# Online Datenbank



## anton1 (10. Mrz 2021)

Moin, ich schreibe grad einen Passwort Manager für meine Facharbeit und brauche dafür eine Online Datenbank (damit der lehrer von sich zuhause aus das Programm starten kann) die kostenlos ist. Ich muss jedoch mit Java gut auf sie zugreifen können. Ich hab das Programm schon fertig, jedoch stört es den Lehrer, dass die Datenbank nur bei mir lokal läuft. Daher bitte ich um Hilfe. Danke!


----------



## LimDul (10. Mrz 2021)

Wie greifst du auf die Datenbank zu? Wenn es Standard JPA ist, kannst du einfach eine lokale H2 Datenbank hinterlegen. 

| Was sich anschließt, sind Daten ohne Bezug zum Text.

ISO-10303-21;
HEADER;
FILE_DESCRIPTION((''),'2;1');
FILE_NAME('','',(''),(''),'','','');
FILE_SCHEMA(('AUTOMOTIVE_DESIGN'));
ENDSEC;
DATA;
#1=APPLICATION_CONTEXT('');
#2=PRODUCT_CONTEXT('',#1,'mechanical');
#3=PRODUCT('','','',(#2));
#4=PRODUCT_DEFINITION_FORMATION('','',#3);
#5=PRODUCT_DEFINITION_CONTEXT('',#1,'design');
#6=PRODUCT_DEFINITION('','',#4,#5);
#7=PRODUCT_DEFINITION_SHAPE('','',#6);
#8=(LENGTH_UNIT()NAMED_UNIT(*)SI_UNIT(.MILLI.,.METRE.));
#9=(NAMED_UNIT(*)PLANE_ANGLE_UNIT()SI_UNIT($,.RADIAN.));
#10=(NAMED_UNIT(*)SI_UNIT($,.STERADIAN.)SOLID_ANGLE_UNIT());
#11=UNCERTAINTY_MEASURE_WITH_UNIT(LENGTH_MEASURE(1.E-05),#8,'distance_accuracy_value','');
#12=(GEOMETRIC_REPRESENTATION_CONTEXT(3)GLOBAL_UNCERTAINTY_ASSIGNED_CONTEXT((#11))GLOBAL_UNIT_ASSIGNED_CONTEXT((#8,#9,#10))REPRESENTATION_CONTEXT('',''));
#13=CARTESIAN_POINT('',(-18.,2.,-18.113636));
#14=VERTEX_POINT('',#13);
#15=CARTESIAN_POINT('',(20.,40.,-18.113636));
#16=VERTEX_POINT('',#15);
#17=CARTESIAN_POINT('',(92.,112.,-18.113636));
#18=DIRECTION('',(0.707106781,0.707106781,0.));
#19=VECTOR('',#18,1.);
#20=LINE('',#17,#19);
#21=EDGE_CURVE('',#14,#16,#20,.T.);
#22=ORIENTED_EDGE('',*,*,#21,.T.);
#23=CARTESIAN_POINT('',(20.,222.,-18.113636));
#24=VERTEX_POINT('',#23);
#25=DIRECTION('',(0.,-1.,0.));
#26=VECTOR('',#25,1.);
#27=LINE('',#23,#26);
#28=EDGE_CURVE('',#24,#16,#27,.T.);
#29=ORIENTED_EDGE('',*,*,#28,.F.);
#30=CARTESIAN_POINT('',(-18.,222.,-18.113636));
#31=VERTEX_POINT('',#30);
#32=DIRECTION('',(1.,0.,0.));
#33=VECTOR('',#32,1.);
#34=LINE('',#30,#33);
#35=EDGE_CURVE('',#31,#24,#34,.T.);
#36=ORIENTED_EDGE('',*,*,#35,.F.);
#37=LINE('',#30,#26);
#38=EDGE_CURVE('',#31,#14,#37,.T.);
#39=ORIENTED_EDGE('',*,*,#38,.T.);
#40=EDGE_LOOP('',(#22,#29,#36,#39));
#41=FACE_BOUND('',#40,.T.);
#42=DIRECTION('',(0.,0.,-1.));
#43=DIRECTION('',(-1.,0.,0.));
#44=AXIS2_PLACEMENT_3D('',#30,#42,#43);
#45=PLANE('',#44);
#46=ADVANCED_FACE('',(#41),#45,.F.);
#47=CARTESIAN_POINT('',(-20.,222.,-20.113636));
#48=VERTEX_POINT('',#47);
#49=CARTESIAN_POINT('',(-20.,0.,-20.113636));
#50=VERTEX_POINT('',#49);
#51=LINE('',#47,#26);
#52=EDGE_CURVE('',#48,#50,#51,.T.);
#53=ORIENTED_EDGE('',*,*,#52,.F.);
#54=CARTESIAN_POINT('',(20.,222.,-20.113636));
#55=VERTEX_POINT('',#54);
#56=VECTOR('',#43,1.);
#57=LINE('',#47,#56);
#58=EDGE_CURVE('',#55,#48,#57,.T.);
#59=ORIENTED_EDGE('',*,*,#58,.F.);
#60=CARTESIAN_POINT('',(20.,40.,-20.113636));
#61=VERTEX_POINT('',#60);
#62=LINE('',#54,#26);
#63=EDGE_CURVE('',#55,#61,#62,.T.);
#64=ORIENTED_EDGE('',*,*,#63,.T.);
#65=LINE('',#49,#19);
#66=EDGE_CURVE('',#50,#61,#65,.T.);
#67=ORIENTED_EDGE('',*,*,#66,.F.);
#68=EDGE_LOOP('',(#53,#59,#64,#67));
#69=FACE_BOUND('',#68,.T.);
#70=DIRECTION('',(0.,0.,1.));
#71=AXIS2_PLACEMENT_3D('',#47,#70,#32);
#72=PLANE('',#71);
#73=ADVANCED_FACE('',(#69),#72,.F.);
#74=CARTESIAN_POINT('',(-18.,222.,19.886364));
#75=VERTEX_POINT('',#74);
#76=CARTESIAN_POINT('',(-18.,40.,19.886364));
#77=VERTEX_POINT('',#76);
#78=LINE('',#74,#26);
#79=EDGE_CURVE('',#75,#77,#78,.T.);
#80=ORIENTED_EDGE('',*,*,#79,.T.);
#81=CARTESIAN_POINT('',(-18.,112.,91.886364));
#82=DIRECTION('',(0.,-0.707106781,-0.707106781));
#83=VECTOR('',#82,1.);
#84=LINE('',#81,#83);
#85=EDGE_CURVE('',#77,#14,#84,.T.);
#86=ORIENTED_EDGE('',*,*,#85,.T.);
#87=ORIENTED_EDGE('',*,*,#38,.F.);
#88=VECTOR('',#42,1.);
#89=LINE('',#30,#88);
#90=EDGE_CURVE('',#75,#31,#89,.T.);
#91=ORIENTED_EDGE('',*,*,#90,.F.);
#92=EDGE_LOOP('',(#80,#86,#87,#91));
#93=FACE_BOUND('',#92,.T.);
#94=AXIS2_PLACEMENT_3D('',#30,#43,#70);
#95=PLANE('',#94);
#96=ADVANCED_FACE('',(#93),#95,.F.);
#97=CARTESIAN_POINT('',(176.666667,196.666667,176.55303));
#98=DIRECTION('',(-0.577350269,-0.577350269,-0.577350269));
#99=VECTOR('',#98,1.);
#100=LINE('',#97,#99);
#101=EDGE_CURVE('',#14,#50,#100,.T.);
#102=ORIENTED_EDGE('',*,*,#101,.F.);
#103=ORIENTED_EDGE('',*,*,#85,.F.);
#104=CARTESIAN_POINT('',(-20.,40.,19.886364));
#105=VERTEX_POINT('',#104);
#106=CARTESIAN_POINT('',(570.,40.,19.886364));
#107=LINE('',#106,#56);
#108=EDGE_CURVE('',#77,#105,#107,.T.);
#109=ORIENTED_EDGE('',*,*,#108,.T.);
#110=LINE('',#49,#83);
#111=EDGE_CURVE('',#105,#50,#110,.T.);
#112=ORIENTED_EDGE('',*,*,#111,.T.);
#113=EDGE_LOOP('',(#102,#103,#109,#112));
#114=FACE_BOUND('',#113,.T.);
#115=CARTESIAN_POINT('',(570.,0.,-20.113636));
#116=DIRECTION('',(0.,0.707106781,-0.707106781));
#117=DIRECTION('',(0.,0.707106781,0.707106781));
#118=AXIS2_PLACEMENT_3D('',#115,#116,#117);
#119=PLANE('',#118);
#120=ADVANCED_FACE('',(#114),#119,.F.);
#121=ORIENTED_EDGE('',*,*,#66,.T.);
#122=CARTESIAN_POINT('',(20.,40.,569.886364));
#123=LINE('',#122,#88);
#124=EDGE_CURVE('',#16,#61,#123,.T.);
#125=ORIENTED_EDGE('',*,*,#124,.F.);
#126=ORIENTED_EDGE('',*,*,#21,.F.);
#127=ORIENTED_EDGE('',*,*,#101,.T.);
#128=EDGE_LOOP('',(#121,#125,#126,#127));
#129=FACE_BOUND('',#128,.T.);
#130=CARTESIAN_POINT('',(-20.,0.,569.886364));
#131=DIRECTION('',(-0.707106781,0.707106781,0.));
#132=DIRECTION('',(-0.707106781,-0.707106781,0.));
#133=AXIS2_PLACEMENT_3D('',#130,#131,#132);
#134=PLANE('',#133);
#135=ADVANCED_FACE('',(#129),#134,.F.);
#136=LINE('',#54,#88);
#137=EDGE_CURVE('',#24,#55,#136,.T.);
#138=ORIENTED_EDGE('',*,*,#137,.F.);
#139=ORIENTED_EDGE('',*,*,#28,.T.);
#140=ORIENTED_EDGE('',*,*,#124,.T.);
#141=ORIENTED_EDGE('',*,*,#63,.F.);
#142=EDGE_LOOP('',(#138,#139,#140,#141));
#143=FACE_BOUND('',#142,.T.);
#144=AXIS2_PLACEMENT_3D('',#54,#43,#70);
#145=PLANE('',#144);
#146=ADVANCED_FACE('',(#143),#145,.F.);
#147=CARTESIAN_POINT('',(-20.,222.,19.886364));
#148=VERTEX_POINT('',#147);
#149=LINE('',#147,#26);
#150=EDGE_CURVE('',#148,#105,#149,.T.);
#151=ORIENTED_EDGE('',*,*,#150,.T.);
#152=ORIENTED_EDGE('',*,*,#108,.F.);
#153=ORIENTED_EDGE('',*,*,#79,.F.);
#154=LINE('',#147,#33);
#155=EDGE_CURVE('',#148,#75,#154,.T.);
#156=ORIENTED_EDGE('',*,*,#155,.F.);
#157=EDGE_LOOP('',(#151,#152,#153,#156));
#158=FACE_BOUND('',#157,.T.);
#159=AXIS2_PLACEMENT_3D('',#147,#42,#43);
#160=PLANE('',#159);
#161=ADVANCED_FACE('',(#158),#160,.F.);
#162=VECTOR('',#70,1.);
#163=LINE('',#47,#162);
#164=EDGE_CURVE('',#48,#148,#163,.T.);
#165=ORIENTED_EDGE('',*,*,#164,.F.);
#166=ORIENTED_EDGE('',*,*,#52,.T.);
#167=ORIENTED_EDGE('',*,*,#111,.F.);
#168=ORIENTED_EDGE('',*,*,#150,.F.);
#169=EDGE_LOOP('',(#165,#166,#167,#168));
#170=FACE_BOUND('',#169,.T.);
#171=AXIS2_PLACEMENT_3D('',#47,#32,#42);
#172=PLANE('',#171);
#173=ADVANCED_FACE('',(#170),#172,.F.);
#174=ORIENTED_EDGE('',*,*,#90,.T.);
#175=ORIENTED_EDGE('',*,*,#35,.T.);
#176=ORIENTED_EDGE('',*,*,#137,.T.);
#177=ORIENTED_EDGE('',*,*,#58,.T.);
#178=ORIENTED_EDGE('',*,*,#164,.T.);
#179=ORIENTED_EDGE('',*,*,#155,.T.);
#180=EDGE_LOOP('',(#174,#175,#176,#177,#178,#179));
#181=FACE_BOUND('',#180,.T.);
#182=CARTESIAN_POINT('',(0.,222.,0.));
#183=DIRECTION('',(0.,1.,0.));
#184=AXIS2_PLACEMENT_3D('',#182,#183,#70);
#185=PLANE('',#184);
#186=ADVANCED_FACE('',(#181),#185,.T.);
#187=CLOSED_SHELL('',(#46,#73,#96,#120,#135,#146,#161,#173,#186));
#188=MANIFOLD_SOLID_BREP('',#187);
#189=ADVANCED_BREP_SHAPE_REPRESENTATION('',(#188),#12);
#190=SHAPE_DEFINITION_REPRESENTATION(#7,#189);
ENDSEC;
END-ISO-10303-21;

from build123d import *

# Parameters (mm, degrees)
BOSS_EXTRU_1_DEPTH      = 222
ENL_V_MAT_EXTRU_1_DEPTH = 590
ENL_V_MAT_EXTRU_2_DEPTH = 590


with BuildPart() as part:
    # Esquisse1 → Boss.-Extru.1 (new body)
    with BuildSketch(Plane(origin=(0, 0, 0), x_dir=(1, 0, 0), z_dir=(0, 1, 0))):
        Polygon((-20, 20.113636364), (20, 20.113636364), (20, 18.113636364), (-18, 18.113636364), (-18, -19.886363636), (-20, -19.886363636), align=None)
    extrude(amount=BOSS_EXTRU_1_DEPTH)

    # Esquisse2 → Enlèv. mat.-Extru.1 (cut)
    with BuildSketch(Plane(origin=(0, 0, -20.113636364), x_dir=(-1, 0, 0), z_dir=(0, 0, -1))):
        Polygon((20, 0), (-20, 40), (-20, 0), align=None)
    extrude(amount=-ENL_V_MAT_EXTRU_1_DEPTH, mode=Mode.SUBTRACT)

    # Esquisse3 → Enlèv. mat.-Extru.2 (cut)
    with BuildSketch(Plane.ZY.offset(20)):
        Polygon((-20.113636364, 0), (19.886363636, 40), (19.886363636, 0), align=None)
    extrude(amount=-ENL_V_MAT_EXTRU_2_DEPTH, mode=Mode.SUBTRACT)


solid = part.part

Wäre eh die Frage was für dich eine "Datenbank" ist. Oracle? Mysql? H2? Sqlite? ......


----------



## anton1 (10. Mrz 2021)

LimDul hat gesagt.:


> Wie greifst du auf die Datenbank zu? Wenn es Standard JPA ist, kannst du einfach eine lokale H2 Datenbank hinterlegen.
> 
> Wäre eh die Frage was für dich eine "Datenbank" ist. Oracle? Mysql? H2? Sqlite? ......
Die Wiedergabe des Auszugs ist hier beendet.